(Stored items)
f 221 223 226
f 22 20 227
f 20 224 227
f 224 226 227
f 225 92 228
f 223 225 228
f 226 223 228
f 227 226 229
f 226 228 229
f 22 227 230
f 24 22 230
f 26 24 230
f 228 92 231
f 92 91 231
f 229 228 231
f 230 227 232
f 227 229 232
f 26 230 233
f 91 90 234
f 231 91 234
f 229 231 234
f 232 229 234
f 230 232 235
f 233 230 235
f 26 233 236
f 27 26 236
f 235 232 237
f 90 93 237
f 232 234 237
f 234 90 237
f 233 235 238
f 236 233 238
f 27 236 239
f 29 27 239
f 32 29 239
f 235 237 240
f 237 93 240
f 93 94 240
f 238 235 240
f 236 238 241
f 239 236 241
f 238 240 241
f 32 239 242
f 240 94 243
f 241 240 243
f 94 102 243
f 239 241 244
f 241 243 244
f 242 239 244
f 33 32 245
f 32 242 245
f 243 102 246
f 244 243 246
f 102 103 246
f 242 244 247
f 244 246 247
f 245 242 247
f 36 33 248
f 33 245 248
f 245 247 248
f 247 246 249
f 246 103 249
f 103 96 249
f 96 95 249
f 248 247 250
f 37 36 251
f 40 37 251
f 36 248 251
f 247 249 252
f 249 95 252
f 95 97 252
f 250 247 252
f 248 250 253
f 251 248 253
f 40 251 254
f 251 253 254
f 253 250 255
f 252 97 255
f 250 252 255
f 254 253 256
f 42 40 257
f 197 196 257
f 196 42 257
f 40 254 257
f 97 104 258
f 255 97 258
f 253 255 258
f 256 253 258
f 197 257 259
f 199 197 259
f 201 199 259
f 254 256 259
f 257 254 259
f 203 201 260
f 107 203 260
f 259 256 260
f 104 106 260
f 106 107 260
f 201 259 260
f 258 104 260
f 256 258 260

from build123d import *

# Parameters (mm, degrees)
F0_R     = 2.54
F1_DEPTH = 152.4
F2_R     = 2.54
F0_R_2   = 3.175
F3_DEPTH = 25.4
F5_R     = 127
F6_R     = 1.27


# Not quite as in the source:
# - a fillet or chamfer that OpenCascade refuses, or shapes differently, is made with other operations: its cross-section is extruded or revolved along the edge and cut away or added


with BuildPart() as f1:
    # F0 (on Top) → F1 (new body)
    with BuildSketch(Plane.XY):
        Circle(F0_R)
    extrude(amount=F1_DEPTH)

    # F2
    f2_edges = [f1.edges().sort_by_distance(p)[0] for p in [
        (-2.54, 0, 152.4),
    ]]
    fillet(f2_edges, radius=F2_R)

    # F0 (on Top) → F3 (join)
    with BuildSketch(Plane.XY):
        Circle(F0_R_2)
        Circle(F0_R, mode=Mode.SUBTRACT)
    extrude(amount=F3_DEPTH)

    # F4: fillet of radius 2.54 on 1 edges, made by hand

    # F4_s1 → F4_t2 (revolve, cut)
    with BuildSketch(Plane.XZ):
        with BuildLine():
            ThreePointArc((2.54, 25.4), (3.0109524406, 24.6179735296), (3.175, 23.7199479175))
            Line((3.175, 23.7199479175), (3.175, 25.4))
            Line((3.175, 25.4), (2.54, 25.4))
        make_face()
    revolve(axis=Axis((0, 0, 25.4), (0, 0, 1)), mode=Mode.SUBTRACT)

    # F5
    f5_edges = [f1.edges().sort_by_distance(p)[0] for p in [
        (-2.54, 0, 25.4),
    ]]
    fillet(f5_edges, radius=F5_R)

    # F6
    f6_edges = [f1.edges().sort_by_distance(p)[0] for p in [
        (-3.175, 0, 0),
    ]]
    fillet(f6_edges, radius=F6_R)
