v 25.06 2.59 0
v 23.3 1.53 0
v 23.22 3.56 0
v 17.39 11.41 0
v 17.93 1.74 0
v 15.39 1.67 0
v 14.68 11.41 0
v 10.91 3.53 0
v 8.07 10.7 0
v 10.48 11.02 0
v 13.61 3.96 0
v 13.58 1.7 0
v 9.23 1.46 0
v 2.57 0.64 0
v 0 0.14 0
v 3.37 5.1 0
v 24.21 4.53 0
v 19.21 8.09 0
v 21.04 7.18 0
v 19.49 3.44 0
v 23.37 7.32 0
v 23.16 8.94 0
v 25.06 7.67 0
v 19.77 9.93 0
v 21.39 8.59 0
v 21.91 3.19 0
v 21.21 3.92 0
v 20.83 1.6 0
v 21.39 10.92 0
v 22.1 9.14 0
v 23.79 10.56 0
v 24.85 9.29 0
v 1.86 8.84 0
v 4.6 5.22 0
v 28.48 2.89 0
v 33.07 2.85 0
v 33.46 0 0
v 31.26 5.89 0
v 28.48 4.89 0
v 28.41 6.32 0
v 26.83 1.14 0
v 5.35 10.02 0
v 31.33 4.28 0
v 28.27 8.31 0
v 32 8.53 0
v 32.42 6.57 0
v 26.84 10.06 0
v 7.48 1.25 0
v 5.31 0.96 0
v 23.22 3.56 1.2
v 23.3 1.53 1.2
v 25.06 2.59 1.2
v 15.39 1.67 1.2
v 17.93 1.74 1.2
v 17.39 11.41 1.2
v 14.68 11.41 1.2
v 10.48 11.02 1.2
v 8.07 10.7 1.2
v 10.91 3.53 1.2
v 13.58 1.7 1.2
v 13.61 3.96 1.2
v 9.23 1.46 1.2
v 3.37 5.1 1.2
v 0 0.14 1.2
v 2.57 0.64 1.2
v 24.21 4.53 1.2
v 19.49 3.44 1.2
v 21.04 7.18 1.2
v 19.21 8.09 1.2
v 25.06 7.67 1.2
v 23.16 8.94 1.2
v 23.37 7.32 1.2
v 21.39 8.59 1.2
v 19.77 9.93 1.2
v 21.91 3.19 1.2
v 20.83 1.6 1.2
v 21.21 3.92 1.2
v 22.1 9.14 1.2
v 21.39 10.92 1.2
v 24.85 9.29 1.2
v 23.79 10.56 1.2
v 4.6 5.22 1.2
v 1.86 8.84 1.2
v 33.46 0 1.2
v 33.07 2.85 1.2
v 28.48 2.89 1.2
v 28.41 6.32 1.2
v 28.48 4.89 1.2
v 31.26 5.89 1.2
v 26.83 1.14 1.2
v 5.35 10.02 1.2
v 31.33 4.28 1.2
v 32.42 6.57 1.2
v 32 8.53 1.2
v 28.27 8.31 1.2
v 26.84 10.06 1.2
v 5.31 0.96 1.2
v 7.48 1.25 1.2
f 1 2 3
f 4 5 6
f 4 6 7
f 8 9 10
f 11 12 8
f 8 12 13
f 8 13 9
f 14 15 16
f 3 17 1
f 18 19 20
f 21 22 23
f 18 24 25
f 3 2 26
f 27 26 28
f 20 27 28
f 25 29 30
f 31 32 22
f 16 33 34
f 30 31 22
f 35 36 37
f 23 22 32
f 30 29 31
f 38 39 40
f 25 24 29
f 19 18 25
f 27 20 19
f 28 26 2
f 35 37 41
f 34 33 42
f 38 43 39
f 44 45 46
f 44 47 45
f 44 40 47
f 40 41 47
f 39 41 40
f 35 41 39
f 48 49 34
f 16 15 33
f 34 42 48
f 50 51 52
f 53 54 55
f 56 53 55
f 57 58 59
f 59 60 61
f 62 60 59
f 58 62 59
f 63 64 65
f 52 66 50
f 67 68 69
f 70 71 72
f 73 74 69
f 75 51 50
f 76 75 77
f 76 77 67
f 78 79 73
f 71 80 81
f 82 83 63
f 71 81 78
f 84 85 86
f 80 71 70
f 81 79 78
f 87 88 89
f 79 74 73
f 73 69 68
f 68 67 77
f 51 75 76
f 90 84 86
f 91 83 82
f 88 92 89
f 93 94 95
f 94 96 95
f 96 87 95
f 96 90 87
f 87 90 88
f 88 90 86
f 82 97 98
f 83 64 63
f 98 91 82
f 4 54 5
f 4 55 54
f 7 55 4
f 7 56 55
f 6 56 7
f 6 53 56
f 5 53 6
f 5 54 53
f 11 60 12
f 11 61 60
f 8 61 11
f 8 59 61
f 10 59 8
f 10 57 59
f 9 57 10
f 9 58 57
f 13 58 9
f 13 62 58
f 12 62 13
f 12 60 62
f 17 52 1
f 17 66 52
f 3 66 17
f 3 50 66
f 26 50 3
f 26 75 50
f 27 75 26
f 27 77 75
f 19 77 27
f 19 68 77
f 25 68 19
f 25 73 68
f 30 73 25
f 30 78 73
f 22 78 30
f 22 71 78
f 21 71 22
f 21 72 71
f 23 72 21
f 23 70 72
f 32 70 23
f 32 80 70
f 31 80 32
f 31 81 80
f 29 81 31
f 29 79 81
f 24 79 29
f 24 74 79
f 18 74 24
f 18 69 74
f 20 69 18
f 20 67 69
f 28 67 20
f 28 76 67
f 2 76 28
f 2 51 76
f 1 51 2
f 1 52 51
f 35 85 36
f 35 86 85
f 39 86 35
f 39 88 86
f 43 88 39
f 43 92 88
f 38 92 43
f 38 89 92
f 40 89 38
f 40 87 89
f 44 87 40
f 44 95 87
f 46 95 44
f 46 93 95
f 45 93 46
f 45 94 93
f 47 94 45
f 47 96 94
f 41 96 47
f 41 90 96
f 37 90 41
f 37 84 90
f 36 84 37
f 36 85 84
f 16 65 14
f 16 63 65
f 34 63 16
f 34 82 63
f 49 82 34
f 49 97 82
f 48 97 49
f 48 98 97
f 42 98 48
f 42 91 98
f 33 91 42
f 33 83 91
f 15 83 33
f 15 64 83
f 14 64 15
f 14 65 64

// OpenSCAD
// file: generated.scad
// Generated by "ink2scad" inkscape extension. http://nickthecoder.co.uk/software/view/ink2scad
//
// Names are based on the inkscape path's id. Use Shift+Ctrl++O in inkscape to edit the paths' ids.
// For each inkscape path, a variable is created, which defines the path. The data takes the form :
//
//     [ points, paths, [ox,oy], [width,height] ]
//
//     points         : An array of 2D coordinates. Passed to polygon's 'points' parameter.
//     paths          : An array of array of integers. Passed to polygon's 'paths' parameter.
//     [width,height] : The size of the path's bounding box.
//     [left,bottom]  : The position of the path's bottom left corner (When exporting more than one object).
//
// Example simple extrusions : :
//     linear_extrude( height = 10 ) ink2scad( myshape );
//

// Creates a 2D polygon from the data generated by the ink2scad inkscape plugin.
//
// data        : The definition of your shape (see header above for details)
// center      : If true, the polygon is create centered at (0,0)
// relative    : If true, the polygon is created at a position relative to the other generated objects 
// convexity   : Only used during openSCAD's preview mode
//
module ink2scad( data, center=false, relativeTo, convexity=4 )
{
    if ( center ) {
        translate( -data[2]/2 ) polygon( points=data[0], paths=data[1], convexity=convexity );
    } else {
        if ( relativeTo ) {
            translate( data[3] - relativeTo[3] ) polygon( points=data[0], paths=data[1], convexity=convexity );
        } else {
            polygon( points=data[0], paths=data[1], convexity=convexity );
        }
    }
}

//
// Example usage :
// linear_extrude( 10 ) ink2scad( myshape, center=true );
//

filamentGuideOpen = [
    [ [5.13,11.25], [7.12,13.05], [9.34,14.94], [12.14,17.17], [15.35,19.50], [18.80,21.69], [20.55,22.66], [22.30,23.51], [24.01,24.21], [25.68,24.71], [24.50,19.12], [23.98,16.41], [19.24,15.36], [14.35,14.12], [9.56,12.74],   [0,9.52], [0,0], [15.87,0], [15.83,5.69], [15.87,11.90], [20.04,12.98], [23.80,13.86], [27.26,14.55], [30.48,15.07], [33.57,15.45], [36.60,15.70], [39.67,15.83], [42.85,15.87], [42.85,30.16], [41.80,30.16], [38.86,29.99], [36.79,29.74], [34.36,29.35], [31.63,28.78], [28.63,27.98], [25.41,26.93], [22,25.59], [18.45,23.93], [14.80,21.91], [11.09,19.49], [9.22,18.12], [7.36,16.64], [5.50,15.05], [3.65,13.33], [1.81,11.49],   [80.58,11.25], [78.59,13.05], [76.37,14.94], [73.56,17.17], [70.35,19.50], [66.91,21.69], [65.16,22.66], [63.41,23.51], [61.69,24.21], [60.03,24.71], [61.21,19.12], [61.73,16.41], [66.47,15.36], [71.36,14.12], [76.15,12.74],   [85.71,9.52], [85.71,0], [69.84,0], [69.87,5.69], [69.84,11.90], [65.67,12.98], [61.90,13.86], [58.45,14.55], [55.22,15.07], [52.14,15.45], [49.10,15.70], [46.04,15.83], [42.85,15.87], [42.85,30.16], [43.91,30.16], [46.85,29.99], [48.92,29.74], [51.35,29.35], [54.08,28.78], [57.07,27.98], [60.30,26.93], [63.70,25.59], [67.25,23.93], [70.90,21.91], [74.62,19.49], [76.48,18.12], [78.35,16.64], [80.21,15.05], [82.06,13.33], [83.89,11.49] ],
    [ [0,1,2,3,4,5,6,7,8,9,10,11,12,13,14], [15,16,17,18,19,20,21,22,23,24,25,26,27,28,29,30,31,32,33,34,35,36,37,38,39,40,41,42,43,44], [59,58,57,56,55,54,53,52,51,50,49,48,47,46,45], [89,88,87,86,85,84,83,82,81,80,79,78,77,76,75,74,73,72,71,70,69,68,67,66,65,64,63,62,61,60] ],
    [85.71,30.16],
    [35.54,-162.19]
];


alice = [
    [ [25.06,2.59], [23.30,1.53], [20.83,1.60], [19.49,3.44], [19.21,8.09], [19.77,9.93], [21.39,10.92], [23.79,10.56], [24.85,9.29], [25.06,7.67], [23.37,7.32], [23.16,8.94], [22.10,9.14], [21.39,8.59], [21.04,7.18], [21.21,3.92], [21.91,3.19], [23.22,3.56], [24.21,4.53],   [0,0.14], [1.86,8.84], [5.35,10.02], [7.48,1.25], [5.31,0.96], [4.60,5.22], [3.37,5.10], [2.57,0.64],   [8.07,10.70], [9.23,1.46], [13.58,1.70], [13.61,3.96], [10.91,3.53], [10.48,11.02],   [14.68,11.41], [15.39,1.67], [17.93,1.74], [17.39,11.41],   [26.84,10.06], [26.83,1.14], [33.46,0], [33.07,2.85], [28.48,2.89], [28.48,4.89], [31.33,4.28], [31.26,5.89], [28.41,6.32], [28.27,8.31], [32.42,6.57], [32,8.53] ],
    [ [18,17,16,15,14,13,12,11,10,9,8,7,6,5,4,3,2,1,0], [26,25,24,23,22,21,20,19], [27,28,29,30,31,32], [33,34,35,36], [37,38,39,40,41,42,43,44,45,46,47,48] ],
    [33.46,11.41],
    [61.79,-179.08]
];


filamentGuide = [
    [ [0,9.52], [0,0], [15.87,0], [15.83,5.69], [15.87,11.90], [20.04,12.98], [23.80,13.86], [27.26,14.55], [30.48,15.07], [33.57,15.45], [36.60,15.70], [39.67,15.83], [42.85,15.87], [42.85,30.16], [41.80,30.16], [38.86,29.99], [36.79,29.74], [34.36,29.35], [31.63,28.78], [28.63,27.98], [25.41,26.93], [22,25.59], [18.45,23.93], [14.80,21.91], [11.09,19.49], [9.22,18.12], [7.36,16.64], [5.50,15.05], [3.65,13.33], [1.81,11.49],   [85.71,9.52], [85.71,0], [69.84,0], [69.87,5.69], [69.84,11.90], [65.67,12.98], [61.90,13.86], [58.45,14.55], [55.22,15.07], [52.14,15.45], [49.10,15.70], [46.04,15.83], [42.85,15.87], [42.85,30.16], [43.91,30.16], [46.85,29.99], [48.92,29.74], [51.35,29.35], [54.08,28.78], [57.07,27.98], [60.30,26.93], [63.70,25.59], [67.25,23.93], [70.90,21.91], [74.62,19.49], [76.48,18.12], [78.35,16.64], [80.21,15.05], [82.06,13.33], [83.89,11.49] ],
    [ [0,1,2,3,4,5,6,7,8,9,10,11,12,13,14,15,16,17,18,19,20,21,22,23,24,25,26,27,28,29], [59,58,57,56,55,54,53,52,51,50,49,48,47,46,45,44,43,42,41,40,39,38,37,36,35,34,33,32,31,30] ],
    [85.71,30.16],
    [35.54,-196.06]
];
// main file
include <generated.scad>;

linear_extrude( 1.2 ) ink2scad( alice );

- [Exercise] Only the number is wanted: how many lines in the entries above contain the string "with"?

- [Problem solution] 6